Medical Experiments of the Holocaust As a society we place those in the medical profession on a pedestal. They are people to be looked up to and admired. In many ways they are Gods, right here with us on earth. People put the hope and faith in doctors hoping they can perform miracles. Throughout history, doctors have indeed preformed many wonders. There were, however, some doctors that betrayed this belief and peoples trust.
These doctors could be found in concentration camps such as Auschwitz and Dachau. These doctors committed unspeakable acts against the Jews and other minorities, believing that they were conducting helpful experiments. Following the holocaust, however, they were punished for their actions. Between 1939 and 1945, more than seventy medical research projects and medical experiments were conducted at Auschwitz and Dachau. (Auschwitz Medical Experimentation).

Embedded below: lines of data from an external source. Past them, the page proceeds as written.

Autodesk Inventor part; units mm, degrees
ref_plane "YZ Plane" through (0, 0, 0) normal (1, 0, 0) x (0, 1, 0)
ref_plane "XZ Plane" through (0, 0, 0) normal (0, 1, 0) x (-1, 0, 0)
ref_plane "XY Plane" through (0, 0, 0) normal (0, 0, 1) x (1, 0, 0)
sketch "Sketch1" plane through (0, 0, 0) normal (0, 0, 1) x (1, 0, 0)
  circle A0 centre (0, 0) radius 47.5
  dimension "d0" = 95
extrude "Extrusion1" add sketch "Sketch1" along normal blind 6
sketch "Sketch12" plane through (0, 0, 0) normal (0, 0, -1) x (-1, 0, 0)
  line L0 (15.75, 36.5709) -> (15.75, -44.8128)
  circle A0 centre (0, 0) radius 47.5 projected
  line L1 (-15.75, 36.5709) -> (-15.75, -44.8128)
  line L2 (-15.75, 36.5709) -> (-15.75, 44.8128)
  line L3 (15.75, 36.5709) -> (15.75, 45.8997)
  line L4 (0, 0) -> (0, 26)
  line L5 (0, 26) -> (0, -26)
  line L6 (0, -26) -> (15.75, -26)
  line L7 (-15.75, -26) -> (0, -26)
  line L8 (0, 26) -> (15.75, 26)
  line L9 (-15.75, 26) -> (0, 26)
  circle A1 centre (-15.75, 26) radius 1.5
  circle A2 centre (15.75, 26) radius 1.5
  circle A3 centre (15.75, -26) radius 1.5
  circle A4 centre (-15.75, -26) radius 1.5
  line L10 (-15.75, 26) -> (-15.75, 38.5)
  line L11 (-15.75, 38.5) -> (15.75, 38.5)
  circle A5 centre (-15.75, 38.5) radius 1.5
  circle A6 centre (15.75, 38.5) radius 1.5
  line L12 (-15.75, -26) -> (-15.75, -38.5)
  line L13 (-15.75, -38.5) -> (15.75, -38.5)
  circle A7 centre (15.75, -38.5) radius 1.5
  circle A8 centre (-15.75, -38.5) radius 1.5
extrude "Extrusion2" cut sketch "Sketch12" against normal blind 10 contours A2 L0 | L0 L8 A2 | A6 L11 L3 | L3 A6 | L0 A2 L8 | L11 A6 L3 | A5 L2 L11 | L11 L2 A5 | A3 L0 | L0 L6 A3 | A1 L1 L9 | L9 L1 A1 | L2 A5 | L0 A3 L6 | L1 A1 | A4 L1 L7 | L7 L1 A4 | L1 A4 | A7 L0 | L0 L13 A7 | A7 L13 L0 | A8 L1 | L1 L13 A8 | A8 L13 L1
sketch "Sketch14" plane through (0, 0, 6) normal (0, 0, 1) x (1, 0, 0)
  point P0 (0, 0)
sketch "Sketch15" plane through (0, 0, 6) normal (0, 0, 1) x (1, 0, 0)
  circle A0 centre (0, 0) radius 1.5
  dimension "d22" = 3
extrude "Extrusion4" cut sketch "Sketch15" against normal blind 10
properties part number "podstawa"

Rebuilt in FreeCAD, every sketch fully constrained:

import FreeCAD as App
import Part
import Sketcher

doc = App.newDocument("Part")
body = doc.addObject("PartDesign::Body", "Body")

sketch1 = doc.addObject("Sketcher::SketchObject", "Sketch")
body.addObject(sketch1)
sketch1.AttachmentSupport = (doc.XY_Plane, [""])
sketch1.MapMode = "FlatFace"
sketch1.addGeometry(Part.Circle(App.Vector(0, 0, 0), App.Vector(0, 0, 1), 48), False)
sketch1.addConstraint(Sketcher.Constraint("Coincident", 0, 3, -1, 1))
sketch1.addConstraint(Sketcher.Constraint("Diameter", 0, 95.0))
pad1 = doc.addObject("PartDesign::Pad", "Pad")
body.addObject(pad1)
pad1.Profile = sketch1
pad1.Length = 6

sketch2 = doc.addObject("Sketcher::SketchObject", "Sketch001")
body.addObject(sketch2)
sketch2.AttachmentSupport = (doc.XY_Plane, [""])
sketch2.MapMode = "FlatFace"
sketch2.addGeometry(Part.Circle(App.Vector(-15.8, 26, 0), App.Vector(0, 0, 1), 1.5), False)
sketch2.addGeometry(Part.Circle(App.Vector(-15.8, 38.5, 0), App.Vector(0, 0, 1), 1.5), False)
sketch2.addGeometry(Part.Circle(App.Vector(15.8, 38.5, 0), App.Vector(0, 0, 1), 1.5), False)
sketch2.addGeometry(Part.Circle(App.Vector(-15.8, -26, 0), App.Vector(0, 0, 1), 1.5), False)
sketch2.addGeometry(Part.Circle(App.Vector(15.8, 26, 0), App.Vector(0, 0, 1), 1.5), False)
sketch2.addGeometry(Part.Circle(App.Vector(15.8, -26, 0), App.Vector(0, 0, 1), 1.5), False)
sketch2.addGeometry(Part.Circle(App.Vector(-15.8, -38.5, 0), App.Vector(0, 0, 1), 1.5), False)
sketch2.addGeometry(Part.Circle(App.Vector(15.8, -38.5, 0), App.Vector(0, 0, 1), 1.5), False)
sketch2.addConstraint(Sketcher.Constraint("Equal", 0, 1))
sketch2.addConstraint(Sketcher.Constraint("Equal", 1, 2))
sketch2.addConstraint(Sketcher.Constraint("Equal", 2, 3))
sketch2.addConstraint(Sketcher.Constraint("Equal", 3, 4))
sketch2.addConstraint(Sketcher.Constraint("Equal", 4, 5))
sketch2.addConstraint(Sketcher.Constraint("Equal", 5, 6))
sketch2.addConstraint(Sketcher.Constraint("Equal", 6, 7))
sketch2.addConstraint(Sketcher.Constraint("Symmetric", 3, 3, 4, 3, -1, 1))
sketch2.addConstraint(Sketcher.Constraint("Symmetric", 0, 3, 5, 3, -1, 1))
sketch2.addConstraint(Sketcher.Constraint("Symmetric", 2, 3, 6, 3, -1, 1))
sketch2.addConstraint(Sketcher.Constraint("Symmetric", 1, 3, 7, 3, -1, 1))
sketch2.addConstraint(Sketcher.Constraint("Symmetric", 1, 3, 2, 3, -2))
sketch2.addConstraint(Sketcher.Constraint("Symmetric", 0, 3, 4, 3, -2))
sketch2.addConstraint(Sketcher.Constraint("Vertical", 0, 3, 1, 3))
sketch2.addConstraint(Sketcher.Constraint("Diameter", 0, 3.0))
sketch2.addConstraint(Sketcher.Constraint("DistanceY", -1, 1, 0, 3, 26.0))
sketch2.addConstraint(Sketcher.Constraint("DistanceY", 6, 3, 1, 3, 77.0))
sketch2.addConstraint(Sketcher.Constraint("DistanceX", 1, 3, 2, 3, 31.5))
pocket1 = doc.addObject("PartDesign::Pocket", "Pocket")
body.addObject(pocket1)
pocket1.Profile = sketch2
pocket1.Length = 10
pocket1.Reversed = True

sketch3 = doc.addObject("Sketcher::SketchObject", "Sketch002")
body.addObject(sketch3)
sketch3.AttachmentSupport = (doc.XY_Plane, [""])
sketch3.MapMode = "FlatFace"
sketch3.AttachmentOffset = App.Placement(App.Vector(0, 0, 6), App.Rotation())
sketch3.addGeometry(Part.Circle(App.Vector(0, 0, 0), App.Vector(0, 0, 1), 1.5), False)
sketch3.addConstraint(Sketcher.Constraint("Coincident", 0, 3, -1, 1))
sketch3.addConstraint(Sketcher.Constraint("Diameter", 0, 3.0))
pocket2 = doc.addObject("PartDesign::Pocket", "Pocket001")
body.addObject(pocket2)
pocket2.Profile = sketch3
pocket2.Length = 10

doc.recompute()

Over two hundred doctors participated in such research projects and experiments, sentencing between 70, 000 and 100, 000 people, held against their will, to death through experimentation. These were mostly Jews, but also gypsies, homosexuals and other minorities. They were thought to be inferior to the human race. Such practices became widely accepted and embraced by the Germans, due to the Nazis propaganda. The experiments conducted were diverse, but could be categorized in three classes. The first class of experiments was conducted for the Nazi High Command.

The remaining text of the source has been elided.